Dans sa déclaration, le GTSC affirme que la coordination du projet PURIC aurait versé ces financements à l’UNOPS pour l’exécution des marchés. L’organisation déplore toutefois que l’UNOPS n’aurait pas honoré ses engagements auprès des entreprises chargées des travaux, notamment l’Office National du Matériel (ONM) et le groupement MATIERE/SOFIA TP, alors même que les travaux auraient déjà été lancés sur le terrain.Pour le GTSC, cette situation affecte directement les populations du Nord-Est, confrontées à un réseau routier fortement dégradé. Elle estime que les difficultés liées à ces travaux aggravent les problèmes de déplacement des habitants et soulèvent également des interrogations sur le rôle de l’UNOPS dans la mise en œuvre de ces projets.Le groupe de la société civile critique également la réaction du gouvernement, qu’il juge insuffisante au regard des préjudices subis par l’État et les populations locales. Face à cette situation, le GTSC annonce se réserver le droit d’intenter une action en justice contre l’UNOPS.

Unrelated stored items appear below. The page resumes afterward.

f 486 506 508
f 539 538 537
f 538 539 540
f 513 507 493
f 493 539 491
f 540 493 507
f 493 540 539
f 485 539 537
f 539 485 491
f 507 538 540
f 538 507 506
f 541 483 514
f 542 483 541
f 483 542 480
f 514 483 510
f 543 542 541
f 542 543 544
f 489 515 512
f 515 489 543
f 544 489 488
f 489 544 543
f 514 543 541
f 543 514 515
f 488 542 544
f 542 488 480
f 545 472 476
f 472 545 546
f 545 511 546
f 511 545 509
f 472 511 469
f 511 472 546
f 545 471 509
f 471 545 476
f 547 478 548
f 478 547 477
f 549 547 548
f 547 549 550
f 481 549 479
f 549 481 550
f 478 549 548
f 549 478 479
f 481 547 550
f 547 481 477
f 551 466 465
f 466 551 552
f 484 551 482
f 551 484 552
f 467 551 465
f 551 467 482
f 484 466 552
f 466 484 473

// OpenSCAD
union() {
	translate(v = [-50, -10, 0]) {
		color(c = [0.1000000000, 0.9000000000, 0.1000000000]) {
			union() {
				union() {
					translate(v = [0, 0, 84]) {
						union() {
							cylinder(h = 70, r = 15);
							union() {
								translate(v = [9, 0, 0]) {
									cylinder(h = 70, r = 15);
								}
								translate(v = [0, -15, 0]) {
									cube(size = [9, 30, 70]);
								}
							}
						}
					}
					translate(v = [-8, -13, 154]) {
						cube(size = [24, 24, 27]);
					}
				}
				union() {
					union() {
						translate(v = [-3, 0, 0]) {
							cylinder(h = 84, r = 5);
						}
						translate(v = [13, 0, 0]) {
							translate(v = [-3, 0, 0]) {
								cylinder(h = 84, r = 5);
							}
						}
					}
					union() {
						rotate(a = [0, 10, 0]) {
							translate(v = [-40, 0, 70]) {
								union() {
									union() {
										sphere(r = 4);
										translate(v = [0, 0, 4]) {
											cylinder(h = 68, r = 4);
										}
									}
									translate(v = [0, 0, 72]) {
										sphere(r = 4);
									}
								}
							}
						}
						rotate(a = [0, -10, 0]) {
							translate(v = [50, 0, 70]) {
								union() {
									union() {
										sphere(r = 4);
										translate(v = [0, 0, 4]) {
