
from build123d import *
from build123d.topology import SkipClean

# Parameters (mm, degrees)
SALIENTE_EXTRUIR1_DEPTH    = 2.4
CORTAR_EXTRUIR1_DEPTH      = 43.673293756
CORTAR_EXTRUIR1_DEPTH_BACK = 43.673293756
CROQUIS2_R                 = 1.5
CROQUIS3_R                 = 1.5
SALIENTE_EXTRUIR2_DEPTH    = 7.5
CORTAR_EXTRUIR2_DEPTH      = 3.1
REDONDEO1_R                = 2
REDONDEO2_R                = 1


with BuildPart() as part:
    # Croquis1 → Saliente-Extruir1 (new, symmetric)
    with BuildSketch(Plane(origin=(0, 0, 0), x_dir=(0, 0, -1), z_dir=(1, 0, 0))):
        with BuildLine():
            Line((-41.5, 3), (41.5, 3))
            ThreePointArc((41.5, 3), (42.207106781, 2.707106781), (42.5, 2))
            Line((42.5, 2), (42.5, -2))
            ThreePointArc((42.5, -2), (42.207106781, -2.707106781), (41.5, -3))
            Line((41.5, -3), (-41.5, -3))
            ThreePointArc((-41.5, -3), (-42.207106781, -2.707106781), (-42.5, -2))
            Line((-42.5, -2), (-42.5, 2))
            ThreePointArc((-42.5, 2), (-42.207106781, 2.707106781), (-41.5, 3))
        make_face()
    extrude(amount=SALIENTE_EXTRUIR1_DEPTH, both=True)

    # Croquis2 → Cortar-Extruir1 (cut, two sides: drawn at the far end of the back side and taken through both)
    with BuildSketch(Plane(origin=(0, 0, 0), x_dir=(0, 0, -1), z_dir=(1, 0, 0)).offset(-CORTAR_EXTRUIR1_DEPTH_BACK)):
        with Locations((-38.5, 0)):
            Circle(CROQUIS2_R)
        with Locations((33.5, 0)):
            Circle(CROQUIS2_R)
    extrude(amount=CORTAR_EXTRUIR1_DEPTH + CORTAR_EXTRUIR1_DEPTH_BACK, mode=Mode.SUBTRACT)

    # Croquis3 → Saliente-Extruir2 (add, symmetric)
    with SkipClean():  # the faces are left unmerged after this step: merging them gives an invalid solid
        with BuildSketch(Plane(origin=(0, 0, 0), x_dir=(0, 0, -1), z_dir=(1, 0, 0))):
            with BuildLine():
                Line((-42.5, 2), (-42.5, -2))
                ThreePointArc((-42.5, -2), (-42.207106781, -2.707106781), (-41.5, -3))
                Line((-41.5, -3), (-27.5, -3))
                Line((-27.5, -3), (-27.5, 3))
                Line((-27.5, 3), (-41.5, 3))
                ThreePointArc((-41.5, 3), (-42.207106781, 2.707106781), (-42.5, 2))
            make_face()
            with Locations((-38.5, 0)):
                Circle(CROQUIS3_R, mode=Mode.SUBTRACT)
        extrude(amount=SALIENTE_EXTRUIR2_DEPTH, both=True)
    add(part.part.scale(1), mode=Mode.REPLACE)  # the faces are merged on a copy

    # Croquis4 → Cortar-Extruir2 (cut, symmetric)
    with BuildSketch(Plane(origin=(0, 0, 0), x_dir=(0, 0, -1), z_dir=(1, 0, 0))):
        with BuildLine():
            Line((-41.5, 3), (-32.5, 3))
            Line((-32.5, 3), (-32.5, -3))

Dans ce communiqué, le GTSG demande à l’Assemblée nationale d’interpeller le gouvernement, particulièrement le ministre d’État chargé de l’Équipement et des Travaux publics, afin que toute la lumière soit faite sur cette affaire. A ce même titre, il recommande également au gouvernement de négocier directement et efficacement les futurs accords afin que les projets d’infrastructures bénéficient rapidement aux populations, sans ce qu’elle qualifie d’intermédiation superflue des agences onusiennes.

À travers cette déclaration, le GTSC appelle ainsi à des éclaircissements sur la gestion de ces financements et sur l’avancement des travaux routiers dans le Nord-Est de la République centrafricaine.